[INFORMATION SHOWN Boundary: Start]

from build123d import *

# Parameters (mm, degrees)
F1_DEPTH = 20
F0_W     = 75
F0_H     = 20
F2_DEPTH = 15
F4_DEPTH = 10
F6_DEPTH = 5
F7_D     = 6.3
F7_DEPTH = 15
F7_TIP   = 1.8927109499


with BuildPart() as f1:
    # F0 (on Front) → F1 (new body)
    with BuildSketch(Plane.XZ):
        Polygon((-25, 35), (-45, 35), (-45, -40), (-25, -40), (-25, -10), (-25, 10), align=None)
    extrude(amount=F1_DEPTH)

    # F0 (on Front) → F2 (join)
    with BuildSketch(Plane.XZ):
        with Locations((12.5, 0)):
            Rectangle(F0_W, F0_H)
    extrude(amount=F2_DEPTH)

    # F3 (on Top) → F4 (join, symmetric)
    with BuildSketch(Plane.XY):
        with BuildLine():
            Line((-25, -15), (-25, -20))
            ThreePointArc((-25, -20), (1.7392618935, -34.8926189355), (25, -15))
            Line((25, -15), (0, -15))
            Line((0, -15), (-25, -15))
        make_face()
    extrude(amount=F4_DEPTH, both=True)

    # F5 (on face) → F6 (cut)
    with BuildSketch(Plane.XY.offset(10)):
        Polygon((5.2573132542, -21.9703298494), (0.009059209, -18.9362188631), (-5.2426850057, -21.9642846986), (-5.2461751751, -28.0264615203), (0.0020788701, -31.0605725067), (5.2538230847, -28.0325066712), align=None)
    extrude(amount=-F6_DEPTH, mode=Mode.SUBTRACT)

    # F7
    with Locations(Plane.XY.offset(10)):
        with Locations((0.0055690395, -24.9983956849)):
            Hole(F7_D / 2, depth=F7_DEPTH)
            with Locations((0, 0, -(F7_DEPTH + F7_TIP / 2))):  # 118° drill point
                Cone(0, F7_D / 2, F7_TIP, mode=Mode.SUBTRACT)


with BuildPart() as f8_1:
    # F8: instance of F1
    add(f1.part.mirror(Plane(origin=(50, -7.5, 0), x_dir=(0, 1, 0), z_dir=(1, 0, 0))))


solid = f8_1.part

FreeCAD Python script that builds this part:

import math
import FreeCAD as App
import Part
import Sketcher
from FreeCAD import Vector


def add_polygon(sketch, points):
    """Adds a closed chain of lines whose ends are joined by coincident constraints."""
    first, n = sketch.GeometryCount, len(points)
    for a, b in zip(points, points[1:] + points[:1]):
        sketch.addGeometry(Part.LineSegment(App.Vector(*a, 0), App.Vector(*b, 0)), False)
    for i in range(n):
        sketch.addConstraint(Sketcher.Constraint("Coincident", first + i, 2, first + (i + 1) % n, 1))

doc = App.newDocument("Part")
params = doc.addObject("Spreadsheet::Sheet", "Params")
for row, (alias, value) in enumerate([
    ("sketch1_width", "20 mm"),
    ("sketch1_height", "75 mm"),
    ("pad1_length", "20 mm"),
    ("sketch2_width", "75 mm"),
    ("sketch2_height", "20 mm"),
    ("pad2_length", "15 mm"),
    ("sketch3_width", "50 mm"),
    ("sketch3_height", "5 mm"),
    ("pad3_length", "20 mm"),
    ("pocket1_length", "5 mm"),
    ("sketch5_diameter", "6.3 mm"),
    ("hole_diameter", "6.3 mm"),
    ("hole_depth", "15 mm"),
], start=1):
    params.set(f"A{row}", alias)
    params.set(f"B{row}", "=" + value)
    params.setAlias(f"B{row}", alias)

body = doc.addObject("PartDesign::Body", "Body")

sketch1 = body.newObject("Sketcher::SketchObject", "Sketch")
sketch1.AttachmentSupport = (doc.getObject("XZ_Plane"), [""])
sketch1.MapMode = "FlatFace"
add_polygon(sketch1, [(-25, 35), (-45, 35), (-45, -40), (-25, -40)])
sketch1.addConstraint([
    Sketcher.Constraint("Horizontal", 0),
    Sketcher.Constraint("Vertical", 1),
    Sketcher.Constraint("Horizontal", 2),
    Sketcher.Constraint("Vertical", 3),
    Sketcher.Constraint("DistanceX", 0, 2, 0, 1, 20.0),
    Sketcher.Constraint("DistanceY", 1, 2, 1, 1, 75.0),
    Sketcher.Constraint("DistanceX", 0, 2, -1, 1, 45.0),
    Sketcher.Constraint("DistanceY", -1, 1, 0, 2, 35.0),
])
sketch1.setExpression("Constraints[8]", "Params.sketch1_width")
sketch1.setExpression("Constraints[9]", "Params.sketch1_height")
pad1 = body.newObject("PartDesign::Pad", "Pad")
pad1.Profile = sketch1
pad1.setExpression("Length", "Params.pad1_length")

sketch2 = body.newObject("Sketcher::SketchObject", "Sketch001")
sketch2.AttachmentSupport = (doc.getObject("XZ_Plane"), [""])
sketch2.MapMode = "FlatFace"
add_polygon(sketch2, [(-25, 10), (-25, -10), (50, -10), (50, 10)])
sketch2.addConstraint([
    Sketcher.Constraint("Vertical", 0),
    Sketcher.Constraint("Horizontal", 1),
    Sketcher.Constraint("Vertical", 2),
    Sketcher.Constraint("Horizontal", 3),
    Sketcher.Constraint("DistanceX", 1, 1, 1, 2, 75.0),
    Sketcher.Constraint("DistanceY", 0, 2, 0, 1, 20.0),
    Sketcher.Constraint("DistanceX", 0, 2, -1, 1, 25.0),
    Sketcher.Constraint("DistanceY", 0, 2, -1, 1, 10.0),
])
sketch2.setExpression("Constraints[8]", "Params.sketch2_width")
sketch2.setExpression("Constraints[9]", "Params.sketch2_height")
pad2 = body.newObject("PartDesign::Pad", "Pad001")
pad2.Profile = sketch2
pad2.setExpression("Length", "Params.pad2_length")

sketch3 = body.newObject("Sketcher::SketchObject", "Sketch002")
sketch3.AttachmentSupport = (doc.getObject("XY_Plane"), [""])
sketch3.MapMode = "FlatFace"
sketch3.addGeometry([
    Part.LineSegment(Vector(-25, -15, 0), Vector(-25, -20, 0)),
    Part.ArcOfCircle(Part.Circle(Vector(-0.927108, -8.228918, 0), Vector(0, 0, 1), 26.796688), math.radians(-153.942446), math.radians(-14.636368)),
    Part.LineSegment(Vector(25, -15, 0), Vector(-25, -15, 0)),
], False)
sketch3.addConstraint([
    Sketcher.Constraint("Coincident", 0, 2, 1, 1),
    Sketcher.Constraint("Coincident", 1, 2, 2, 1),
    Sketcher.Constraint("Coincident", 2, 2, 0, 1),
    Sketcher.Constraint("Vertical", 0),
    Sketcher.Constraint("Horizontal", 2),
    Sketcher.Constraint("DistanceX", 2, 2, 2, 1, 50.0),
    Sketcher.Constraint("DistanceY", 0, 2, 0, 1, 5.0),
    Sketcher.Constraint("DistanceX", 0, 2, -1, 1, 25.0),
    Sketcher.Constraint("DistanceY", 0, 2, -1, 1, 20.0),
    Sketcher.Constraint("Radius", 1, 26.796688),
])
sketch3.setExpression("Constraints[5]", "Params.sketch3_width")
sketch3.setExpression("Constraints[6]", "Params.sketch3_height")
pad3 = body.newObject("PartDesign::Pad", "Pad002")
pad3.Profile = sketch3
pad3.setExpression("Length", "Params.pad3_length")
pad3.Midplane = True

sketch4 = body.newObject("Sketcher::SketchObject", "Sketch003")
sketch4.AttachmentSupport = (doc.getObject("XY_Plane"), [""])
sketch4.MapMode = "FlatFace"
sketch4.AttachmentOffset = App.Placement(Vector(0, 0, 10), App.Rotation())
add_polygon(sketch4, [(5.257313, -21.97033), (0.009059, -18.936219), (-5.242685, -21.964285), (-5.246175, -28.026462), (0.002079, -31.060573), (5.253823, -28.032507)])
sketch4.addConstraint([
    Sketcher.Constraint("Parallel", 0, 3),
    Sketcher.Constraint("Parallel", 1, 4),
    Sketcher.Constraint("Parallel", 2, 5),
    Sketcher.Constraint("Equal", 0, 1),
    Sketcher.Constraint("Equal", 1, 2),
    Sketcher.Constraint("Equal", 2, 3),
    Sketcher.Constraint("DistanceX", 2, 2, 4, 2, 10.499998),
    Sketcher.Constraint("DistanceX", -1, 1, 0, 2, 0.009059),
    Sketcher.Constraint("DistanceY", 0, 2, -1, 1, 18.936219),
    Sketcher.Constraint("DistanceY", 2, 2, -1, 1, 28.026462),
    Sketcher.Constraint("DistanceX", -1, 1, 3, 2, 0.002079),
    Sketcher.Constraint("DistanceY", 5, 2, -1, 1, 21.97033),
])
pocket1 = body.newObject("PartDesign::Pocket", "Pocket")
pocket1.Profile = sketch4
pocket1.setExpression("Length", "Params.pocket1_length")

sketch5 = body.newObject("Sketcher::SketchObject", "Sketch004")
sketch5.AttachmentSupport = (doc.getObject("XY_Plane"), [""])
sketch5.MapMode = "FlatFace"
sketch5.AttachmentOffset = App.Placement(Vector(0, 0, 10), App.Rotation())
sketch5.addGeometry(Part.Circle(Vector(0.005569, -24.998396, 0), Vector(0, 0, 1), 3.15), False)
sketch5.addConstraint([
    Sketcher.Constraint("Diameter", 0, 6.3),
    Sketcher.Constraint("DistanceX", -1, 1, 0, 3, 0.005569),
    Sketcher.Constraint("DistanceY", 0, 3, -1, 1, 24.998396),
])
sketch5.setExpression("Constraints[0]", "Params.sketch5_diameter")
doc.recompute()
hole = body.newObject("PartDesign::Hole", "Hole")
hole.Profile = sketch5
hole.ThreadType = "None"
hole.setExpression("Diameter", "Params.hole_diameter")
hole.DepthType = "Dimension"
hole.setExpression("Depth", "Params.hole_depth")
hole.DrillPoint = "Angled"
hole.DrillPointAngle = 118
body2 = doc.addObject("PartDesign::Body", "Body001")
doc.recompute()

mirroring = doc.addObject("Part::Mirroring", "Mirroring")
mirroring.Source = body
mirroring.Base = Vector(50, -7.5, 0)
mirroring.Normal = Vector(1, 0, 0)
body2.BaseFeature = mirroring
doc.recompute()
body.Visibility = False
mirroring.Visibility = False

doc.recompute()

[INFORMATION SHOWN Boundary: End]

__REQUIREMENT__.
Print, without alteration, only the lines above between the one holding "extrude(amount=F4_DEPTH, both=True)" and the one holding "FreeCAD Python script", inclusive.

__WRITTEN REPLY__.
    extrude(amount=F4_DEPTH, both=True)

    # F5 (on face) → F6 (cut)
    with BuildSketch(Plane.XY.offset(10)):
        Polygon((5.2573132542, -21.9703298494), (0.009059209, -18.9362188631), (-5.2426850057, -21.9642846986), (-5.2461751751, -28.0264615203), (0.0020788701, -31.0605725067), (5.2538230847, -28.0325066712), align=None)
    extrude(amount=-F6_DEPTH, mode=Mode.SUBTRACT)

    # F7
    with Locations(Plane.XY.offset(10)):
        with Locations((0.0055690395, -24.9983956849)):
            Hole(F7_D / 2, depth=F7_DEPTH)
            with Locations((0, 0, -(F7_DEPTH + F7_TIP / 2))):  # 118° drill point
                Cone(0, F7_D / 2, F7_TIP, mode=Mode.SUBTRACT)


with BuildPart() as f8_1:
    # F8: instance of F1
    add(f1.part.mirror(Plane(origin=(50, -7.5, 0), x_dir=(0, 1, 0), z_dir=(1, 0, 0))))


solid = f8_1.part

FreeCAD Python script that builds this part:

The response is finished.